● **WHAT TO DO**: In the records below, the line with "Circle(SKETCH_2_R)" opens the range and the line with "Rebuilt in FreeCAD, every" closes it; print that range exactly and nothing else.

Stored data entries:
◆ ◆ ◆ ◆ ◆

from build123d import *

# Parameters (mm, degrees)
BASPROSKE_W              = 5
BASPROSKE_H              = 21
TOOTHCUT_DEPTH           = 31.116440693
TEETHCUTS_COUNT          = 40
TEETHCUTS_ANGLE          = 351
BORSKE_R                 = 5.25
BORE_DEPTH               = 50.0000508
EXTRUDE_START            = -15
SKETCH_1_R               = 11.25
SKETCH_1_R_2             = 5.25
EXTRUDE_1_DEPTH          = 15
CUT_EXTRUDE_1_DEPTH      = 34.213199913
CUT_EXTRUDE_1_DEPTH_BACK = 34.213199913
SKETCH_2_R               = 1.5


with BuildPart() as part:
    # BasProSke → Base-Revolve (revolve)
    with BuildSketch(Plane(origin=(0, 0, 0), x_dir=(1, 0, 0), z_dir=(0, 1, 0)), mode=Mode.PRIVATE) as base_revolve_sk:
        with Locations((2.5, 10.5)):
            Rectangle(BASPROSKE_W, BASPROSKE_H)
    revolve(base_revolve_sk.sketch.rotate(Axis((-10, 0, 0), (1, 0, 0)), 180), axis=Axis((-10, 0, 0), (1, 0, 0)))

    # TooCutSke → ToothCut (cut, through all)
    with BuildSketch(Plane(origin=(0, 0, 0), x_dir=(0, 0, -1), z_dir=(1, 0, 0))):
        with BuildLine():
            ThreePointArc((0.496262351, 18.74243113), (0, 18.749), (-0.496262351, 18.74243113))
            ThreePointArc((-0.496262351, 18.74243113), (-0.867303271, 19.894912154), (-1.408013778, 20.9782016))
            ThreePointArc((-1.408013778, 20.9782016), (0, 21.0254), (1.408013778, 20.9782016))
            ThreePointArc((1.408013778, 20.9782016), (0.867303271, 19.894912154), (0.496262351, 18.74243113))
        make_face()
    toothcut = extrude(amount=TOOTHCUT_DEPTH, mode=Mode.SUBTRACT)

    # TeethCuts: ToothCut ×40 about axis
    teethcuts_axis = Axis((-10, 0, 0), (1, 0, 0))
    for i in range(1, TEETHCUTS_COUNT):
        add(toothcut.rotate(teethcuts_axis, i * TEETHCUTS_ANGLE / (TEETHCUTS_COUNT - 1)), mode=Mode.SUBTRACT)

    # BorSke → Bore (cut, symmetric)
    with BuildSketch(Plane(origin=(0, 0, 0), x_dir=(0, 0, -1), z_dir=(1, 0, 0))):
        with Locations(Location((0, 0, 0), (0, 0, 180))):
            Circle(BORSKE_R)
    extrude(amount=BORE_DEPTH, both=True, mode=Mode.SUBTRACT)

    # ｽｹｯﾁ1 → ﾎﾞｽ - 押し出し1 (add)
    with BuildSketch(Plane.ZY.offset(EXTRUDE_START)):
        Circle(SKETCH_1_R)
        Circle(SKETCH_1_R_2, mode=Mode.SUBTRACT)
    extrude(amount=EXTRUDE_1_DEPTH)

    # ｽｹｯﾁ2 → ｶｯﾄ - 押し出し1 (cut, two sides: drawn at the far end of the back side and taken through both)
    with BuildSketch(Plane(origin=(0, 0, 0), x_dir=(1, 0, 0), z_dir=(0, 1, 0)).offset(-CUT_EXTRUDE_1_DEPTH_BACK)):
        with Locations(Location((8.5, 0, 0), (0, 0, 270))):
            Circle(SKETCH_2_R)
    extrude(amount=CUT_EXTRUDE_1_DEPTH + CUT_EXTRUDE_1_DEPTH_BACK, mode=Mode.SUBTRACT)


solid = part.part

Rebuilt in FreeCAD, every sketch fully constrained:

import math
import FreeCAD as App
import Part
import Sketcher
from FreeCAD import Vector

doc = App.newDocument("Part")
body = doc.addObject("PartDesign::Body", "Body")

sketch1 = body.newObject("Sketcher::SketchObject", "Sketch")
sketch1.AttachmentSupport = (doc.getObject("XZ_Plane"), [""])
sketch1.MapMode = "FlatFace"
sketch1.addGeometry([
    Part.LineSegment(Vector(0, -21, 0), Vector(0, 0, 0)),
    Part.LineSegment(Vector(0, 0, 0), Vector(5, 0, 0)),
    Part.LineSegment(Vector(5, 0, 0), Vector(5, -21, 0)),
    Part.LineSegment(Vector(5, -21, 0), Vector(0, -21, 0)),
], False)
sketch1.addConstraint([
    Sketcher.Constraint("Coincident", 0, 2, 1, 1),
    Sketcher.Constraint("Coincident", 1, 2, 2, 1),
    Sketcher.Constraint("Coincident", 2, 2, 3, 1),
    Sketcher.Constraint("Coincident", 3, 2, 0, 1),
    Sketcher.Constraint("Vertical", 0),
    Sketcher.Constraint("Horizontal", 1),
    Sketcher.Constraint("Vertical", 2),
    Sketcher.Constraint("Horizontal", 3),
    Sketcher.Constraint("Coincident", 0, 2, -1, 1),
    Sketcher.Constraint("DistanceX", 1, 1, 1, 2, 5.0),
    Sketcher.Constraint("DistanceY", 0, 1, 0, 2, 21.0),
])
revolution = body.newObject("PartDesign::Revolution", "Revolution")
revolution.Profile = sketch1
revolution.ReferenceAxis = (sketch1, ["H_Axis"])
revolution.Angle = 360

sketch2 = body.newObject("Sketcher::SketchObject", "Sketch001")
sketch2.AttachmentSupport = (doc.getObject("YZ_Plane"), [""])
sketch2.MapMode = "FlatFace"
sketch2.addGeometry([
    Part.ArcOfCircle(Part.Circle(Vector(0, 0, 0), Vector(0, 0, 1), 18.7), math.radians(-1.52), math.radians(1.52)),
    Part.ArcOfCircle(Part.Circle(Vector(16.9, -8.3, 0), Vector(0, 0, 1), 8), math.radians(59.13), math.radians(76.49)),
    Part.ArcOfCircle(Part.Circle(Vector(0, 0, 0), Vector(0, 0, 1), 21), math.radians(-3.84), math.radians(3.84)),
    Part.ArcOfCircle(Part.Circle(Vector(16.9, 8.3, 0), Vector(0, 0, 1), 8), math.radians(-76.49), math.radians(-59.13)),
], False)
sketch2.addConstraint([
    Sketcher.Constraint("Coincident", 0, 1, 1, 2),
    Sketcher.Constraint("Coincident", 1, 1, 2, 1),
    Sketcher.Constraint("Coincident", 2, 2, 3, 2),
    Sketcher.Constraint("Coincident", 3, 1, 0, 2),
    Sketcher.Constraint("Coincident", 0, 3, -1, 1),
    Sketcher.Constraint("Coincident", 2, 3, -1, 1),
    Sketcher.Constraint("Equal", 1, 3),
    Sketcher.Constraint("Symmetric", 1, 3, 3, 3, -1),
    Sketcher.Constraint("Radius", 1, 8.0),
    Sketcher.Constraint("Radius", 0, 18.748999),
    Sketcher.Constraint("Radius", 2, 21.0254),
    Sketcher.Constraint("DistanceX", -1, 1, 1, 1, 20.978202),
    Sketcher.Constraint("DistanceX", 1, 3, 0, 1, 1.8684),
])
pocket1 = body.newObject("PartDesign::Pocket", "Pocket")
pocket1.Profile = sketch2
pocket1.Type = "ThroughAll"
pocket1.Reversed = True
doc.recompute()

polarpattern = body.newObject("PartDesign::PolarPattern", "PolarPattern")
polarpattern.Originals = [pocket1]
polarpattern.Axis = (doc.getObject("X_Axis"), [""])
polarpattern.Angle = 360
polarpattern.Occurrences = 40
body.Tip = polarpattern

sketch3 = body.newObject("Sketcher::SketchObject", "Sketch002")
sketch3.AttachmentSupport = (doc.getObject("YZ_Plane"), [""])
sketch3.MapMode = "FlatFace"
sketch3.addGeometry(Part.Circle(Vector(0, 0, 0), Vector(0, 0, 1), 5), False)
sketch3.addConstraint([
    Sketcher.Constraint("Coincident", 0, 3, -1, 1),
    Sketcher.Constraint("Diameter", 0, 10.5),
])
pocket2 = body.newObject("PartDesign::Pocket", "Pocket001")
pocket2.Profile = sketch3
pocket2.Length = 100.000102
pocket2.Midplane = True

sketch4 = body.newObject("Sketcher::SketchObject", "Sketch003")
sketch4.AttachmentSupport = (doc.getObject("YZ_Plane"), [""])
sketch4.MapMode = "FlatFace"
sketch4.AttachmentOffset = App.Placement(Vector(0, 0, 15), App.Rotation())
sketch4.addGeometry([
    Part.Circle(Vector(0, 0, 0), Vector(0, 0, 1), 11),
    Part.Circle(Vector(0, 0, 0), Vector(0, 0, 1), 5),
], False)
sketch4.addConstraint([
    Sketcher.Constraint("Coincident", 0, 3, -1, 1),
    Sketcher.Constraint("Coincident", 1, 3, -1, 1),
    Sketcher.Constraint("Diameter", 0, 22.5),
    Sketcher.Constraint("Diameter", 1, 10.5),
])
pad1 = body.newObject("PartDesign::Pad", "Pad")
pad1.Profile = sketch4
pad1.Length = 15
pad1.Reversed = True

sketch5 = body.newObject("Sketcher::SketchObject", "Sketch004")
sketch5.AttachmentSupport = (doc.getObject("XZ_Plane"), [""])
sketch5.MapMode = "FlatFace"
sketch5.addGeometry(Part.Circle(Vector(8.5, 0, 0), Vector(0, 0, 1), 1.5), False)
sketch5.addConstraint([
    Sketcher.Constraint("PointOnObject", 0, 3, -1),
    Sketcher.Constraint("Diameter", 0, 3.0),
    Sketcher.Constraint("DistanceX", -1, 1, 0, 3, 8.5),
])
pocket3 = body.newObject("PartDesign::Pocket", "Pocket002")
pocket3.Profile = sketch5
pocket3.Type = "ThroughAll"
pocket3.Midplane = True

doc.recompute()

◆ ◆ ◆ ◆ ◆

● **SOLUTION TO THE PROBLEM**:
            Circle(SKETCH_2_R)
    extrude(amount=CUT_EXTRUDE_1_DEPTH + CUT_EXTRUDE_1_DEPTH_BACK, mode=Mode.SUBTRACT)


solid = part.part

Rebuilt in FreeCAD, every sketch fully constrained:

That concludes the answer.